If you are traveling to New York State for the first time, or you have never been to America before, the counties in the westernmost part of New York, such as Erie and Niagara, should be on the top of your traveling list.
While people from around the world visit all of state for its countless fantastic man made attractions, recreational facilities, and natural wonders, the number of people traveling all the way to Western New York is often found to be the largest.
In case you are wondering why New Yorkers and foreigners love visiting the western region of this American state, it is for the unparalleled sites and attractions of this area that cannot be found anywhere else in all of New York.
From the thunderous and captivating Niagara Falls to some of the most ancient natural caverns and manmade historical underground tunnels, any time you visit County or Buffalo city, returning without being completely won over and impressed is next to impossible.
However, what is the best way to get to this part of State?
While some people choose to drive or travel by bus to Western New York, the best and most popular option for getting to your dream region is by flying to the incredible Buffalo Niagara International Airport.
Known for being the third busiest airport in all of New York, the Buffalo Niagara International Airport is both an architectural wonder and a stunning airport with facilities and services second to none.
Not only is this historic airport used to get to Buffalo City and Niagara County, but its two massive runways, designed to support aircraft traffic of 100 nonstop flights per day, helps travelers connect to more than 30 different international and domestic destinations.
To learn more about the Buffalo Niagara International Airport’s location, its history, and its popular facilities and food places, keep reading below.
Where is It Located and How to Get there?
People who have a knack for traveling usually are also found to have a deep love and appreciation for airports.
The spotless floors, well-uniformed staff, range of different international cuisines, and the sight of monstrous aircrafts landing and taking off; there is something about visiting an international airport that can get people of all ages extremely excited.
Hence, if you either want to fly to Buffalo Niagara International Airport, or use that airport to fly to another destination, make sure you have sufficient time to explore and enjoy the many facilities and services provided at the airport.
Located on Genesee Street, in the town of Cheektowaga, in Buffalo City, Erie County, Western New York, the beautiful two-story airport is built on a whopping 1000 acres of land.
If you live in Buffalo city and wish to go to the airport, you can choose to take a taxi or can even call the send a taxi, a rental car, a limousine, etc., to go get you.
Moreover, if you are traveling to western New York via the Buffalo Niagara International Airport, you can once again use the same taxi, rental car, or airport shuttle facilities to move around the city and visit its many attractions.
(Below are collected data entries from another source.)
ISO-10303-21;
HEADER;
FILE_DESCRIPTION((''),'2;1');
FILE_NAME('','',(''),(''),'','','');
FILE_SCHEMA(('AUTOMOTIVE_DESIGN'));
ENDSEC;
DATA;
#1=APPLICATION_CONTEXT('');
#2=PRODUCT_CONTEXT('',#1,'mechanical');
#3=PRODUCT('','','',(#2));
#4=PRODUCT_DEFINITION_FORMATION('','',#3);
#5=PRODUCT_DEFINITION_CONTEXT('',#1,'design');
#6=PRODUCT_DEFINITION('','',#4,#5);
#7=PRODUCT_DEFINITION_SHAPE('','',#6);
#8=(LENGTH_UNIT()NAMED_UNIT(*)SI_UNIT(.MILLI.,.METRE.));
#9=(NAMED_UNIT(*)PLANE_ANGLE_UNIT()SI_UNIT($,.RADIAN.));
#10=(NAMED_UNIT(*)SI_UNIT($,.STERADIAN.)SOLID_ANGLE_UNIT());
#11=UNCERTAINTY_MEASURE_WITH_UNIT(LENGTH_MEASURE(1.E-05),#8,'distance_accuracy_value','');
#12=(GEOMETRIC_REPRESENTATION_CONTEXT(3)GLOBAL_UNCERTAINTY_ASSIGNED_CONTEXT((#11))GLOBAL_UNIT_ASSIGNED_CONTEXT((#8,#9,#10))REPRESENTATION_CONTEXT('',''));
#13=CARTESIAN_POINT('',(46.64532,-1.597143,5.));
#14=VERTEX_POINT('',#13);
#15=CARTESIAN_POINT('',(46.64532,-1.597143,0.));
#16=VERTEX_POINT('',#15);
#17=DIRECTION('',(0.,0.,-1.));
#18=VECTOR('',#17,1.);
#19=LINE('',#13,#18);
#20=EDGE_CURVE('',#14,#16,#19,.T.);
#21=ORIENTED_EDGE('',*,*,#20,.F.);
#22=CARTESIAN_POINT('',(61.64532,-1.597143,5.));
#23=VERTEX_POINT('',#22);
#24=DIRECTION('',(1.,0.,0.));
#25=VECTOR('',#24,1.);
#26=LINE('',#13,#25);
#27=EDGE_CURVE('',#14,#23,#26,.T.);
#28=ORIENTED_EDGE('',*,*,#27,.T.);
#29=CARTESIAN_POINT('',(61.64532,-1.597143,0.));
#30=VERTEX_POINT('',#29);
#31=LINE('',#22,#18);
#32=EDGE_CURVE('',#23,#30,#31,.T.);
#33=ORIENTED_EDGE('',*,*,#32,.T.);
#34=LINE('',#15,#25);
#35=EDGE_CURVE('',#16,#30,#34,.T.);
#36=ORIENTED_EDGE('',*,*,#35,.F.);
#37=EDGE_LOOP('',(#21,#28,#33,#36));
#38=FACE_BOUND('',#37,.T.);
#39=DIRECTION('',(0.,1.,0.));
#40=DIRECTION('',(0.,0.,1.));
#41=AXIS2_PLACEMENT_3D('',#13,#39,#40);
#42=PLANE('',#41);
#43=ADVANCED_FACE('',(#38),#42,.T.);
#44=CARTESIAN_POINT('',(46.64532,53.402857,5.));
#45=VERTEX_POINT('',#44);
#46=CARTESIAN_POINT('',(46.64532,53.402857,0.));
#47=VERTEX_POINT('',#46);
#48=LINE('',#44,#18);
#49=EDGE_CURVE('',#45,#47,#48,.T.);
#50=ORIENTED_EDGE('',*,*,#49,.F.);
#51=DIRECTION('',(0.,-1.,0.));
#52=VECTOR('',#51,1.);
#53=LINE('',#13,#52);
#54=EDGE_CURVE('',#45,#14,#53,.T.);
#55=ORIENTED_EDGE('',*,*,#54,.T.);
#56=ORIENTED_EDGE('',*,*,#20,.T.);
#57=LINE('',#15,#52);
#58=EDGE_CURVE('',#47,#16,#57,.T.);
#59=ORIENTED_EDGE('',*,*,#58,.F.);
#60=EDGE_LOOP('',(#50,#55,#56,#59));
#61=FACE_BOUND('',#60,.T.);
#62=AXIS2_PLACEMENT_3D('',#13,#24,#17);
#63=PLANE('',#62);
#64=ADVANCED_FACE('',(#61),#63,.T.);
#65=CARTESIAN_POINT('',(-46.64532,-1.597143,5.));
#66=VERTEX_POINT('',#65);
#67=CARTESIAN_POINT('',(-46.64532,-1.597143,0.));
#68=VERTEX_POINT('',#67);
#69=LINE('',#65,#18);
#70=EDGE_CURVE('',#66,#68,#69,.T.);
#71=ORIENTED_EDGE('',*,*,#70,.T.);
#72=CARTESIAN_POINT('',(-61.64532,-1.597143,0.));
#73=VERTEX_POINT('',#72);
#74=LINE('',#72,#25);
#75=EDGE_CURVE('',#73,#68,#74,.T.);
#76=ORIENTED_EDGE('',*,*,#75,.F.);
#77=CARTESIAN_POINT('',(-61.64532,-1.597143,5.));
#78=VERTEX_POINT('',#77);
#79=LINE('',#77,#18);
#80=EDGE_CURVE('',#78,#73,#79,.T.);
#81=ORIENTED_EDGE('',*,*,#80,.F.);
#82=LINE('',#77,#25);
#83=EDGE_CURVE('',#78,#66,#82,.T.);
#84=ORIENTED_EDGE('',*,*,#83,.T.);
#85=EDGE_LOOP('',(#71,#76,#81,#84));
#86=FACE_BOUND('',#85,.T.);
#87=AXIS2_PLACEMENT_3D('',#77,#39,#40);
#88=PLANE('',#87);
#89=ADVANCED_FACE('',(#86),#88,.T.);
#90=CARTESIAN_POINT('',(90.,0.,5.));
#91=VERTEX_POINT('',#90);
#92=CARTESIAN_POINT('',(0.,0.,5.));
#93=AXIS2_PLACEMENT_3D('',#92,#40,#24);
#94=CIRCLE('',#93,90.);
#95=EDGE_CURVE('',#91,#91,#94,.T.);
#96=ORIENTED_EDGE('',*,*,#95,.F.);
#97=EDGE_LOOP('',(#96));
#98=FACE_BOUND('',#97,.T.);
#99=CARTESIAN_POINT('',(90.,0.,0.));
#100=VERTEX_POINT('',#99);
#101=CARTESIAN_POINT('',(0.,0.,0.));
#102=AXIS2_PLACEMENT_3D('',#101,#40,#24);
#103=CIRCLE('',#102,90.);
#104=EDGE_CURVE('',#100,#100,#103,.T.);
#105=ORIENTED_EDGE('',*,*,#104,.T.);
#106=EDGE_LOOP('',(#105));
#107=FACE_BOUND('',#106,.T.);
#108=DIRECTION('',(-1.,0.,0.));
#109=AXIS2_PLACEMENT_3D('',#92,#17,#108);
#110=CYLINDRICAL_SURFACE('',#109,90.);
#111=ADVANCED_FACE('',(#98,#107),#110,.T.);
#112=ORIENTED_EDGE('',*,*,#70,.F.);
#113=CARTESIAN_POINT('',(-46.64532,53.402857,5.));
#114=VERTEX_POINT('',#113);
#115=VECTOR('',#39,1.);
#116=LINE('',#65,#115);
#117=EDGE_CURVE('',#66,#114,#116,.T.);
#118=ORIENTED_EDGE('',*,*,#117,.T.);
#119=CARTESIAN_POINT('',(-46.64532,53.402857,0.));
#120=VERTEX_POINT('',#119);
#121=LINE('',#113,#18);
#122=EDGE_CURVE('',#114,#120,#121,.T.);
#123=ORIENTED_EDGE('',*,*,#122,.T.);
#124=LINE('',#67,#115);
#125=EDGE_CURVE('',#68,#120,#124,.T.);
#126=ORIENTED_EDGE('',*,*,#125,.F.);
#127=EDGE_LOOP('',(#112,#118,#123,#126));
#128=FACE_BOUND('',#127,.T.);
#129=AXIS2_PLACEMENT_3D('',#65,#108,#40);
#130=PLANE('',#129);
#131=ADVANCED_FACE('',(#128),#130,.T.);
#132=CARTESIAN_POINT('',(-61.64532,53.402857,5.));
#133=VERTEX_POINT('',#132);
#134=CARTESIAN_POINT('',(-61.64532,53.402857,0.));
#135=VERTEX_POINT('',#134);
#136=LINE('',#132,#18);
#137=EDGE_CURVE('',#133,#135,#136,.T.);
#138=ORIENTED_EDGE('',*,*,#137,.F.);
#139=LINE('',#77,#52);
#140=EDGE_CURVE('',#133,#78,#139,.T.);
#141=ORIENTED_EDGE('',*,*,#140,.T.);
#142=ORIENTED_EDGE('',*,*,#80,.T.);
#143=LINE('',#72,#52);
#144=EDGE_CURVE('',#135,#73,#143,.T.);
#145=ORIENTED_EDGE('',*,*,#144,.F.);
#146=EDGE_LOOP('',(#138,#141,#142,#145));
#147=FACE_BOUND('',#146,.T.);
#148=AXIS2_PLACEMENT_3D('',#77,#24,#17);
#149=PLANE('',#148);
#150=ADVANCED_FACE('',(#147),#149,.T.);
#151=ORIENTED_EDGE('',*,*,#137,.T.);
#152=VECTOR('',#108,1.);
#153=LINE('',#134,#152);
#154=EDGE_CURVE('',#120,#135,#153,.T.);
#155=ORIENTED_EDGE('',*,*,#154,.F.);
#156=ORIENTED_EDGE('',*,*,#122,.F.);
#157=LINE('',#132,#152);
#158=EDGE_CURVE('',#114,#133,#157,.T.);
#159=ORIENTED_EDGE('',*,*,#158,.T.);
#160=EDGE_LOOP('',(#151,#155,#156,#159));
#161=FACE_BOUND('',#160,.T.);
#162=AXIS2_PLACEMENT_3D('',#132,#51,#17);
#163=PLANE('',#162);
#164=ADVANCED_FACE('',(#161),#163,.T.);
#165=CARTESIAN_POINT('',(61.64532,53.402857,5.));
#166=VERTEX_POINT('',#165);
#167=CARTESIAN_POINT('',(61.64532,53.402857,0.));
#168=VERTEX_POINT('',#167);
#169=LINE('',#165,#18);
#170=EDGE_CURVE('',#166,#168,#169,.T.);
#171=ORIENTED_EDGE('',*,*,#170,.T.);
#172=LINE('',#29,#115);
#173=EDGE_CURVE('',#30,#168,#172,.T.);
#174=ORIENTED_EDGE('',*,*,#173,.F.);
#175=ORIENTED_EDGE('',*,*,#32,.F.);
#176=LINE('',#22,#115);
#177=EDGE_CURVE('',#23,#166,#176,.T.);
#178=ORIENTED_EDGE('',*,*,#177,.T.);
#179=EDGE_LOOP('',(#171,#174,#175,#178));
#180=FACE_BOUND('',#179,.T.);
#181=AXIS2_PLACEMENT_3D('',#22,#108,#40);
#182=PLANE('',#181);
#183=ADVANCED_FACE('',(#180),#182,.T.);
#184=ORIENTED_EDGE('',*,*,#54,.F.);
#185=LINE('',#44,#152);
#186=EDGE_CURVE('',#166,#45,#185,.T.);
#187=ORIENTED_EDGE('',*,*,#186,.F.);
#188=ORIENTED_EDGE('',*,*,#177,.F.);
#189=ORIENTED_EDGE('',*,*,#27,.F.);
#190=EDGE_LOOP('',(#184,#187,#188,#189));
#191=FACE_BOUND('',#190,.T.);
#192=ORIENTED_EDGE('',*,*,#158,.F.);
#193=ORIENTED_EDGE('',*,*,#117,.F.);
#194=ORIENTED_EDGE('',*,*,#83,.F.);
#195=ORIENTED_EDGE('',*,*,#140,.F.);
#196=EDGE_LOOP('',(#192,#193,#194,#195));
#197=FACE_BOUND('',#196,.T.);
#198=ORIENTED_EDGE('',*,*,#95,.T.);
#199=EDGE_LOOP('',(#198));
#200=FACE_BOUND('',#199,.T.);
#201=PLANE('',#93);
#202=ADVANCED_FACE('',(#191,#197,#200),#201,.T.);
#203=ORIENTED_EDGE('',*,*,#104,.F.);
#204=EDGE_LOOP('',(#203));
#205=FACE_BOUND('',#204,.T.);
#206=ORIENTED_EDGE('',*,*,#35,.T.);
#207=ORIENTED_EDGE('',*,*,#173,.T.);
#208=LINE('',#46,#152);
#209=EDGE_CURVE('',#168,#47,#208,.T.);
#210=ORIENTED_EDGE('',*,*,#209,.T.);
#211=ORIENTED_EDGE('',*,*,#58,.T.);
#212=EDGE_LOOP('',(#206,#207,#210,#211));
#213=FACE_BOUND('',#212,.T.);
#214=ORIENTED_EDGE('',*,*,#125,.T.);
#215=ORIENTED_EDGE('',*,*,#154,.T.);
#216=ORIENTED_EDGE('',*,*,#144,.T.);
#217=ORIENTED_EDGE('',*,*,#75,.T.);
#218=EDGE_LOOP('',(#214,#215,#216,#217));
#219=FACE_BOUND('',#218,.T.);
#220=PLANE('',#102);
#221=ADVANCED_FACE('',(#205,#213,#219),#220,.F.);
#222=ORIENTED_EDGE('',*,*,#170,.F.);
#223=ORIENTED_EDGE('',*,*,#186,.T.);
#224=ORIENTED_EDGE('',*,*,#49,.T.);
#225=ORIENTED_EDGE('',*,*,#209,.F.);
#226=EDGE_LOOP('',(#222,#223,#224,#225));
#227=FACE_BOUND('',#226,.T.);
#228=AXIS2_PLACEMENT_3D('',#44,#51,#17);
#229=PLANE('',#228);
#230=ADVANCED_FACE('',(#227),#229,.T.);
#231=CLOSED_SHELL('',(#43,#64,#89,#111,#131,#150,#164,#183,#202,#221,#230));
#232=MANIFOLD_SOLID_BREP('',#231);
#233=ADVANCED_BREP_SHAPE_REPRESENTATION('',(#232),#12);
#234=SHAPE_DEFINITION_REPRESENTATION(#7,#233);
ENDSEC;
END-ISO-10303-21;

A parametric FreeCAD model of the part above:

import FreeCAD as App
import Part
import Sketcher

V = App.Vector

doc = App.newDocument("Part")
body = doc.addObject("PartDesign::Body", "Body")

sketch1 = body.newObject("Sketcher::SketchObject", "Sketch")
sketch1.AttachmentSupport = (doc.getObject("XY_Plane"), [""])
sketch1.MapMode = "FlatFace"
sketch1.addGeometry([
    Part.Circle(V(0, 0, 0), V(0, 0, 1), 90),
    Part.LineSegment(V(-47, -2, 0), V(-62, -2, 0)),
    Part.LineSegment(V(-62, -2, 0), V(-62, 53, 0)),
    Part.LineSegment(V(-62, 53, 0), V(-47, 53, 0)),
    Part.LineSegment(V(-47, 53, 0), V(-47, -2, 0)),
    Part.LineSegment(V(62, -2, 0), V(47, -2, 0)),
    Part.LineSegment(V(47, -2, 0), V(47, 53, 0)),
    Part.LineSegment(V(47, 53, 0), V(62, 53, 0)),
    Part.LineSegment(V(62, 53, 0), V(62, -2, 0)),
], False)
sketch1.addConstraint([
    Sketcher.Constraint("Coincident", 1, 2, 2, 1),
    Sketcher.Constraint("Coincident", 2, 2, 3, 1),
    Sketcher.Constraint("Coincident", 3, 2, 4, 1),
    Sketcher.Constraint("Coincident", 4, 2, 1, 1),
    Sketcher.Constraint("Coincident", 5, 2, 6, 1),
    Sketcher.Constraint("Coincident", 6, 2, 7, 1),
    Sketcher.Constraint("Coincident", 7, 2, 8, 1),
    Sketcher.Constraint("Coincident", 8, 2, 5, 1),
    Sketcher.Constraint("Horizontal", 1),
    Sketcher.Constraint("Vertical", 2),
    Sketcher.Constraint("Horizontal", 3),
    Sketcher.Constraint("Vertical", 4),
    Sketcher.Constraint("Horizontal", 5),
    Sketcher.Constraint("Vertical", 6),
    Sketcher.Constraint("Horizontal", 7),
    Sketcher.Constraint("Vertical", 8),
    Sketcher.Constraint("Coincident", 0, 3, -1, 1),
    Sketcher.Constraint("Symmetric", 4, 2, 5, 2, -2),
    Sketcher.Constraint("Symmetric", 2, 2, 7, 2, -2),
    Sketcher.Constraint("Diameter", 0, 180.0),
    Sketcher.Constraint("DistanceX", 1, 2, 1, 1, 15.0),
    Sketcher.Constraint("DistanceY", 2, 1, 2, 2, 55.0),
    Sketcher.Constraint("DistanceX", 1, 2, -1, 1, 61.64532),
    Sketcher.Constraint("DistanceY", 1, 2, -1, 1, 1.597143),
])
pad1 = body.newObject("PartDesign::Pad", "Pad")
pad1.Profile = sketch1
pad1.Length = 5

doc.recompute()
Although the Buffalo Niagara International Airport remains open throughout the year, travelers are advised to check the flight schedule for any delays or cancellations before they leave for the airport.
The History of this Airport
The Buffalo Niagara International Airport, known for being one of the oldest airports in the country, was first built in 1926 after a few local aviation enthusiasts persuaded the Buffalo city officials to build the first regional airport.
In the beginning, the airport was built on just 200 acres of Cheektowaga farmland; however, by 1929, after years of expansion, the airport had finally spread over 1000 acres.
By May of 1939, after nine years of requests from the locals, an airport administration building was built, and a new apron was also added just after a few more months.
When World War 2 began, most of the airfield facilities at the airport were badly damaged, and it was not until the early 1950s that restorations and improvements finally began.
As the Buffalo Niagara International Airport began getting more popular, its passenger inflow increased drastically. Hence, by 1955, the passenger terminal tripled, and 11 airport gates were opened.
As time passed and more airlines requested additional gates, a study to assess the long-term requirements of the airport was made, which resulted in a West Terminal being built by 1971.
However, by 1996, another analytic assessment resulted in the demolition of both the western as well as eastern terminals for the construction of a single, larger, passenger terminal. This decision proved wise, as the average daily flights grew from 94 to 130.
Over the following years, many fantastic changes and outstanding improvements were made to the Buffalo Niagara International Airport, which greatly helped enhance the airport’s overall visual aesthetics and boost passenger delight.
The Facilities and Food
Some of the popular facilities you might come across when traveling via the Buffalo Niagara International Airport are as follows:
- The airport provides a taxi and shuttle service that travelers can use to visit some of the most popular regional attractions.
- Travelers can buy from some of the souvenir and international shops at the airport
- The airport can help travelers book a room at the nearest possible hotel
- Other services and facilities at the airport include a meet and greet area, a pet relief area, free WIFI, mobile phone charging lounges, EV charging stations, and a barber shop.
Moreover, if you wish you grab a bite before your flight, you have the option to eat at some of the following airport food places:
- Tim Hortons
- Queen City Kitchen
- The Coffee Beanery
- Anchor Bar
Known for being the third busiest airport in the state of New York State, the Buffalo Niagara International Airport is a stunning airport with some of the best passenger facilities and services.
With a total of 25 operational gates, the Buffalo Niagara International Airport is indeed a true symbol and reflection of the region’s commitment, growth, and futuristic approach.